Even with increase, minimum wage still doesn't add up

By Scott Alessi| comments | Print this pagePrint | Email this pageShare
blog Social Justice

On the surface, this sounds like good news: Rhode Island has increased its state minimum wage from $7.40 to $7.75--a full 50 cents higher than the federal minimum--to give a raise to the estimated 10,000 workers who earn the bare minimum within the state.

Those workers will surely appreciate their extra 35 cents an hour, or $14 a week if they have full-time, 40-hour jobs. But the truth is, even with the higher rate, living on minimum wage is still an incredible struggle.

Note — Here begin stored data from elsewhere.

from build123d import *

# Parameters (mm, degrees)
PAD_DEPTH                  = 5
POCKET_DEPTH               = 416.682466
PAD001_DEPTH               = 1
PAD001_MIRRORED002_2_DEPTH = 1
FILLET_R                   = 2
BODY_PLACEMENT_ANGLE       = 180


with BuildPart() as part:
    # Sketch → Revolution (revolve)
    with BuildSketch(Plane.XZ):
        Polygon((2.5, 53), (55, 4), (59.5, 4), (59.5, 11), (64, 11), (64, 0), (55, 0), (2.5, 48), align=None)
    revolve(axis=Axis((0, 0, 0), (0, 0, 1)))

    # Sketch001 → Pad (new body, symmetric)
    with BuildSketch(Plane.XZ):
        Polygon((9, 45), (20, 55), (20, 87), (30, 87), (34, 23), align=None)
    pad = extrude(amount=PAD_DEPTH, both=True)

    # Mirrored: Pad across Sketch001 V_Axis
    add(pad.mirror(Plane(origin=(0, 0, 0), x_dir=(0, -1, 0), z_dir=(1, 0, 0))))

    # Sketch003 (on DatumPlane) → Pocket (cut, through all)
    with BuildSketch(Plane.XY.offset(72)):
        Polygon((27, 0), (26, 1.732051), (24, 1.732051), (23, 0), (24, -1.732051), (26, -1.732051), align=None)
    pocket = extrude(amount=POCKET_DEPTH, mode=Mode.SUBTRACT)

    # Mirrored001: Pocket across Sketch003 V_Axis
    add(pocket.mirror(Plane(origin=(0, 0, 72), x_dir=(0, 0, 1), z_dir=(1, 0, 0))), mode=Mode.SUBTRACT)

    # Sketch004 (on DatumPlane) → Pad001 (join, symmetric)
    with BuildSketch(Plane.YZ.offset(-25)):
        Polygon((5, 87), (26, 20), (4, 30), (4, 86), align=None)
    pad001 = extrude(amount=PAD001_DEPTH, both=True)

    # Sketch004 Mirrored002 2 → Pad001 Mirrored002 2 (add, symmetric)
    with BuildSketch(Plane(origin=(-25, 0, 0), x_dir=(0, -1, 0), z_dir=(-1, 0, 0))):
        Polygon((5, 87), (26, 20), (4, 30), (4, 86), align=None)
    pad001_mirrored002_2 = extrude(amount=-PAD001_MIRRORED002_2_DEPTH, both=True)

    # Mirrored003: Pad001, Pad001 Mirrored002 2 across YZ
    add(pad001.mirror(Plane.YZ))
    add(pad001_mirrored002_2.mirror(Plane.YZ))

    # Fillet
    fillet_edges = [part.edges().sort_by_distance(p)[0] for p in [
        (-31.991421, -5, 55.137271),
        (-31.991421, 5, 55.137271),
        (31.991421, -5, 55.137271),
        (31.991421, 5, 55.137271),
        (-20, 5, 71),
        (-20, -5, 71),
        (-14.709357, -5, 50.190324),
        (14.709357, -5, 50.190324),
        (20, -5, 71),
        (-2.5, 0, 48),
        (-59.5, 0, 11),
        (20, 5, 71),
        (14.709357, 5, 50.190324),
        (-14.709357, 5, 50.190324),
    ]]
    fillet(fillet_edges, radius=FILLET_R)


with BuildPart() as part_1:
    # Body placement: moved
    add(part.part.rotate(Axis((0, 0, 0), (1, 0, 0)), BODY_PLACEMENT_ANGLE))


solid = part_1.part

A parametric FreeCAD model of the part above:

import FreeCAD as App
import Part
import Sketcher

V = App.Vector
Q = App.Units.Quantity


def edges_at(feature, points):
    """Names of the edges that pass closest to the given points."""
    edges = feature.Shape.Edges
    near = lambda p: min(range(len(edges)), key=lambda i: edges[i].distToShape(Part.Vertex(*p))[0])
    return sorted({f"Edge{near(p) + 1}" for p in points})


def add_polygon(sketch, points):
    """Adds a closed chain of lines whose ends are joined by coincident constraints."""
    first, n = sketch.GeometryCount, len(points)
    for a, b in zip(points, points[1:] + points[:1]):
        sketch.addGeometry(Part.LineSegment(App.Vector(*a, 0), App.Vector(*b, 0)), False)
    for i in range(n):
        sketch.addConstraint(Sketcher.Constraint("Coincident", first + i, 2, first + (i + 1) % n, 1))

doc = App.newDocument("Part")
body = doc.addObject("PartDesign::Body", "Body")

sketch1 = body.newObject("Sketcher::SketchObject", "Sketch")
sketch1.AttachmentSupport = (doc.getObject("XZ_Plane"), [""])
sketch1.MapMode = "FlatFace"
add_polygon(sketch1, [(55, 4), (2.5, 53), (2.5, 48), (55, 0), (64, 0), (64, 11), (59.5, 11), (59.5, 4)])
sketch1.addConstraint(Sketcher.Constraint("Vertical", 1))
sketch1.addConstraint(Sketcher.Constraint("Horizontal", 3))
sketch1.addConstraint(Sketcher.Constraint("Vertical", 4))
sketch1.addConstraint(Sketcher.Constraint("Horizontal", 5))
sketch1.addConstraint(Sketcher.Constraint("Vertical", 6))
sketch1.addConstraint(Sketcher.Constraint("Horizontal", 7))
sketch1.addConstraint(Sketcher.Constraint("PointOnObject", 2, 2, -1))
sketch1.addConstraint(Sketcher.Constraint("Vertical", 2, 2, 7, 2))
sketch1.addConstraint(Sketcher.Constraint("Equal", 5, 7))
sketch1.addConstraint(Sketcher.Constraint("DistanceX", 3, 1, 3, 2, 9.0))
sketch1.addConstraint(Sketcher.Constraint("DistanceY", 1, 2, 1, 1, 5.0))
sketch1.addConstraint(Sketcher.Constraint("DistanceY", 4, 1, 4, 2, 11.0))
sketch1.addConstraint(Sketcher.Constraint("DistanceY", 6, 2, 6, 1, 7.0))
sketch1.addConstraint(Sketcher.Constraint("DistanceY", -1, 1, 0, 2, 53.0))
sketch1.addConstraint(Sketcher.Constraint("DistanceX", -1, 1, 2, 2, 55.0))
sketch1.addConstraint(Sketcher.Constraint("DistanceX", 1, 2, 5, 2, 57.0))
revolution = body.newObject("PartDesign::Revolution", "Revolution")
revolution.Profile = sketch1
revolution.ReferenceAxis = (sketch1, ["V_Axis"])
revolution.Angle = 360

sketch2 = body.newObject("Sketcher::SketchObject", "Sketch001")
sketch2.AttachmentSupport = (doc.getObject("XZ_Plane"), [""])
sketch2.MapMode = "FlatFace"
add_polygon(sketch2, [(20, 55), (9, 45), (34, 23), (30, 87), (20, 87)])
sketch2.addConstraint(Sketcher.Constraint("Horizontal", 3))
sketch2.addConstraint(Sketcher.Constraint("Vertical", 4))
sketch2.addConstraint(Sketcher.Constraint("DistanceX", 3, 2, 3, 1, 10.0))
sketch2.addConstraint(Sketcher.Constraint("DistanceY", 4, 2, 4, 1, 32.0))
sketch2.addConstraint(Sketcher.Constraint("DistanceX", -1, 1, 0, 2, 9.0))
sketch2.addConstraint(Sketcher.Constraint("DistanceY", -1, 1, 0, 2, 45.0))
sketch2.addConstraint(Sketcher.Constraint("DistanceX", -1, 1, 1, 2, 34.0))
sketch2.addConstraint(Sketcher.Constraint("DistanceY", -1, 1, 1, 2, 23.0))
sketch2.addConstraint(Sketcher.Constraint("DistanceX", -1, 1, 2, 2, 30.0))
sketch2.addConstraint(Sketcher.Constraint("DistanceY", -1, 1, 2, 2, 87.0))
pad1 = body.newObject("PartDesign::Pad", "Pad")
pad1.Profile = sketch2
pad1.Length = 10
pad1.Midplane = True
doc.recompute()

mirrored = body.newObject("PartDesign::Mirrored", "Mirrored")
mirrored.Originals = [pad1]
mirrored.MirrorPlane = (doc.getObject("YZ_Plane"), [""])
body.Tip = mirrored

sketch3 = body.newObject("Sketcher::SketchObject", "Sketch002")
sketch3.AttachmentSupport = (doc.getObject("XY_Plane"), [""])
sketch3.MapMode = "FlatFace"
sketch3.AttachmentOffset = App.Placement(V(0, 0, 72), App.Rotation())
add_polygon(sketch3, [(27, 0), (26, 1.7), (24, 1.7), (23, 0), (24, -1.7), (26, -1.7)])
sketch3.addConstraint(Sketcher.Constraint("Horizontal", 1))
sketch3.addConstraint(Sketcher.Constraint("Horizontal", 4))
sketch3.addConstraint(Sketcher.Constraint("Symmetric", 1, 2, 3, 2, -1))
sketch3.addConstraint(Sketcher.Constraint("PointOnObject", 2, 2, -1))
sketch3.addConstraint(Sketcher.Constraint("PointOnObject", 5, 2, -1))
sketch3.addConstraint(Sketcher.Constraint("Parallel", 0, 3))
sketch3.addConstraint(Sketcher.Constraint("Parallel", 2, 5))
sketch3.addConstraint(Sketcher.Constraint("DistanceX", 1, 2, 1, 1, 2.0))
sketch3.addConstraint(Sketcher.Constraint("Angle", 0, Q("119.999997 deg")))
sketch3.addConstraint(Sketcher.Constraint("Distance", 0, 2.0))
sketch3.addConstraint(Sketcher.Constraint("DistanceX", -1, 1, 0, 2, 26.0))
pocket1 = body.newObject("PartDesign::Pocket", "Pocket")
pocket1.Profile = sketch3
pocket1.Type = "ThroughAll"
pocket1.Reversed = True
doc.recompute()

mirrored2 = body.newObject("PartDesign::Mirrored", "Mirrored001")
mirrored2.Originals = [pocket1]
mirrored2.MirrorPlane = (doc.getObject("YZ_Plane"), [""])
body.Tip = mirrored2

sketch4 = body.newObject("Sketcher::SketchObject", "Sketch003")
sketch4.AttachmentSupport = (doc.getObject("YZ_Plane"), [""])
sketch4.MapMode = "FlatFace"
sketch4.AttachmentOffset = App.Placement(V(0, 0, -25), App.Rotation())
add_polygon(sketch4, [(26, 20), (5, 87), (4, 86), (4, 30)])
sketch4.addConstraint(Sketcher.Constraint("Vertical", 2))
sketch4.addConstraint(Sketcher.Constraint("DistanceY", 2, 2, 2, 1, 56.0))
sketch4.addConstraint(Sketcher.Constraint("Angle", 1, Q("-135 deg")))
sketch4.addConstraint(Sketcher.Constraint("DistanceX", -1, 1, 0, 2, 5.0))
sketch4.addConstraint(Sketcher.Constraint("DistanceY", -1, 1, 0, 2, 87.0))
sketch4.addConstraint(Sketcher.Constraint("DistanceX", -1, 1, 1, 2, 4.0))
sketch4.addConstraint(Sketcher.Constraint("DistanceX", -1, 1, 3, 2, 26.0))
sketch4.addConstraint(Sketcher.Constraint("DistanceY", -1, 1, 3, 2, 20.0))
pad2 = body.newObject("PartDesign::Pad", "Pad001")
pad2.Profile = sketch4
pad2.Length = 2
pad2.Midplane = True

sketch5 = body.newObject("Sketcher::SketchObject", "Sketch004")
sketch5.AttachmentSupport = (doc.getObject("YZ_Plane"), [""])
sketch5.MapMode = "FlatFace"
sketch5.AttachmentOffset = App.Placement(V(0, 0, -25), App.Rotation())
add_polygon(sketch5, [(-26, 20), (-5, 87), (-4, 86), (-4, 30)])
sketch5.addConstraint(Sketcher.Constraint("Vertical", 2))
sketch5.addConstraint(Sketcher.Constraint("DistanceY", 2, 2, 2, 1, 56.0))
sketch5.addConstraint(Sketcher.Constraint("Angle", 1, Q("-45 deg")))
sketch5.addConstraint(Sketcher.Constraint("DistanceX", 0, 2, -1, 1, 5.0))
sketch5.addConstraint(Sketcher.Constraint("DistanceY", -1, 1, 0, 2, 87.0))
sketch5.addConstraint(Sketcher.Constraint("DistanceX", 1, 2, -1, 1, 4.0))
sketch5.addConstraint(Sketcher.Constraint("DistanceX", 3, 2, -1, 1, 26.0))
sketch5.addConstraint(Sketcher.Constraint("DistanceY", -1, 1, 3, 2, 20.0))
pad3 = body.newObject("PartDesign::Pad", "Pad002")
pad3.Profile = sketch5
pad3.Length = 2
pad3.Midplane = True
doc.recompute()

mirrored3 = body.newObject("PartDesign::Mirrored", "Mirrored002")
mirrored3.Originals = [pad2, pad3]
mirrored3.MirrorPlane = (doc.getObject("YZ_Plane"), [""])
body.Tip = mirrored3
doc.recompute()

fillet = body.newObject("PartDesign::Fillet", "Fillet")
fillet.Base = (mirrored3, edges_at(mirrored3, [
    (-31.991, -5, 55.137),
    (-31.991, 5, 55.137),
    (31.991, -5, 55.137),
    (31.991, 5, 55.137),
    (-20, 5, 71),
    (-20, -5, 71),
    (-14.709, -5, 50.19),
    (14.709, -5, 50.19),
    (20, -5, 71),
    (-2.5, 0, 48),
    (-59.5, 0, 11),
    (20, 5, 71),
    (14.709, 5, 50.19),
    (-14.709, 5, 50.19),
]))
fillet.Radius = 2
body2 = doc.addObject("PartDesign::Body", "Body001")
doc.recompute()

body.Placement = App.Placement(V(0, 0, 0), App.Rotation(V(1, 0, 0), 180))
boolean = body2.newObject("PartDesign::Boolean", "Boolean")
boolean.Type = "Fuse"
boolean.addObjects([body])

doc.recompute()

Using the $7.75/hour rate as an example (and some states have established slightly higher minimums, with Washington state's $9.04 being the highest), that comes out to $310 for a 40-hour work week. That's $16,120 per year and about $1,343 per month--all before taxes (and I know that low income earners can get much of their tax dollars back at the end of the year, so for the sake of simplicity we'll just talk in gross earnings).

Even for a single person, $1,343 per month is going to be difficult to stretch out. When I was just starting my first job out of college and living in a suburban area, I spent months searching for a small, one bedroom apartment under $1,000 a month, and found many were well above that price. The national Center for Housing Policy reports the monthly median cost for renters is $830 and for home owners it is $1,037. So even at the median price, a minimum wage earner will spend 60 percent of their gross income just on housing, without even factoring in food, utilities, transportation, and other basic expenses.

But maybe you're lucky enough not to be the only wage earner in your household. Let's say your spouse is also a full-time worker earning the same minimum wage, making your household income $32,240 a year. But if you also have two children, your monthly costs probably included a larger (and more expensive) apartment or home, plus your children's food, clothing, daycare if they're too young for school, and other necessities.(For a great look at the sacrifices low-income earners have to make, try your hand at this interactive game created by a North Carolina-based charity).

But even though you're stretched very thin, your salary still puts you well above the federal poverty guidelines for a family of four, which is currently set at $23,050. In fact, you'd need to have five children before the government considered you to be "poor" on the minimum wage of $32,240.

Some politicians would rather we not use these kinds of "sob stories" when talking about the economy. But others, like Cardinal Timothy Dolan, understand just how difficult it is for people to survive on the current minimum wage. The bishops have continuously stressed the need for an economic policy that considers the needs of those who are struggling to make ends meet, and they're currently working on a document that applies Catholic teaching to work, poverty, and the "broken economy."

Hopefully the bishops are able to call attention to this issue and to rally Catholics behind the cause of supporting a just, living wage for all hard-working Americans.